3. Bij positieve beoordelingen wordt een er door middel van een KLIC-melding onderzoek gedaan naar de aanwezigheid van kabels en leidingen. Indien uit dit onderzoek blijkt dat er in de grond kabels en leidingen aanwezig zijn, dan worden de betreffende nutsbedrijven verzocht om te beoordelen of en zo ja, onder welke voorwaarden (omleggen van kabels en leidingen dan wel vestigen van een zakelijk recht) de grond verkocht kan worden.
4. De grond wordt overgedragen in de staat waarin het zich bevindt. De gemeente voert daarom geen bodemonderzoek uit bij de verkoop van snippergrond, tenzij bekend is uit beschikbare gegevens dat het perceel (mogelijk) verontreinigd is. Hiervoor wordt het Bodemloket geraadpleegd.
5. De gemeente stelt de koopovereenkomst met bijbehorende tekening op die ter beoordeling en ondertekening verzonden wordt aan de koper.

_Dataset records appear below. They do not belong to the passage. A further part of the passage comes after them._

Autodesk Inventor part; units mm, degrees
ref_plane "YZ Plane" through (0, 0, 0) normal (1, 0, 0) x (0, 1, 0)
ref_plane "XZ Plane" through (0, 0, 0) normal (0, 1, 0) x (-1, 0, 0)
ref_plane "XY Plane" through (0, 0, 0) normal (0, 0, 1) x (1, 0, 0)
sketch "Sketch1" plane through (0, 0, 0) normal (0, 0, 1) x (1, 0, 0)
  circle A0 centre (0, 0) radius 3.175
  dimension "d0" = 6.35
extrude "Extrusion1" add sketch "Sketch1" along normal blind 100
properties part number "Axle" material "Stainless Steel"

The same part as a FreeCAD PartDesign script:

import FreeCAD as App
import Part
import Sketcher
from FreeCAD import Vector
Q = App.Units.Quantity

doc = App.newDocument("Part")
body = doc.addObject("PartDesign::Body", "Body")

# Sketch on XY plane
sketch1 = body.newObject("Sketcher::SketchObject", "Sketch")
sketch1.AttachmentSupport = (doc.getObject("XY_Plane"), [""])
sketch1.MapMode = "FlatFace"
sketch1.addGeometry(Part.Circle(Vector(0, 0, 0), Vector(0, 0, 1), 3.2), False)
sketch1.addConstraint(Sketcher.Constraint("Coincident", 0, 3, -1, 1))
sketch1.addConstraint(Sketcher.Constraint("Diameter", 0, Q("0.25 in")))
pad1 = body.newObject("PartDesign::Pad", "Pad")
pad1.Profile = sketch1
pad1.Length = Q("3.9370079 in")

doc.recompute()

Na ondertekening door de koper vindt de ondertekening plaats door de gemandateerde resultaatmanager van de gemeente.
6. De koper heeft zelf de mogelijkheid om een notaris te kiezen. De gemeente stuurt een kopie van de koopovereenkomst ter afwikkeling naar de gekozen notaris met het verzoek de overdracht voor te bereiden. De notaris informeert de koper over het verdere verloop van de levering.
7. Bij de verkoop van de snippergrond maakt de grond nog een onderdeel uit van een groter kadastraal perceel. Er dient daarom een kadastrale inmeting plaats te vinden om de grenzen van het perceel te bepalen. De kadastrale inmeting kan vóór of na de notariële levering plaatsvinden. Bij percelen die kleiner zijn dan 100 m² met een koopsom van minder dan €5.000,-, is het kadastrale tarief lager dan bij een inmeting achteraf (levering op basis van ‘voorlopige kadastrale grenzen’ middels ‘Splits’). Bij percelen groter dan 100 m² of met een hogere koopsom dan € 5.000,- is het uit kostenoogpunt voor de koper interessant om de inmeting vóór de levering te laten plaatsvinden. Bij de kadastrale inmeting worden de koper en verkoper (in dit geval de gemeente) uitgenodigd voor het aanwijzen van de nieuwe grenzen.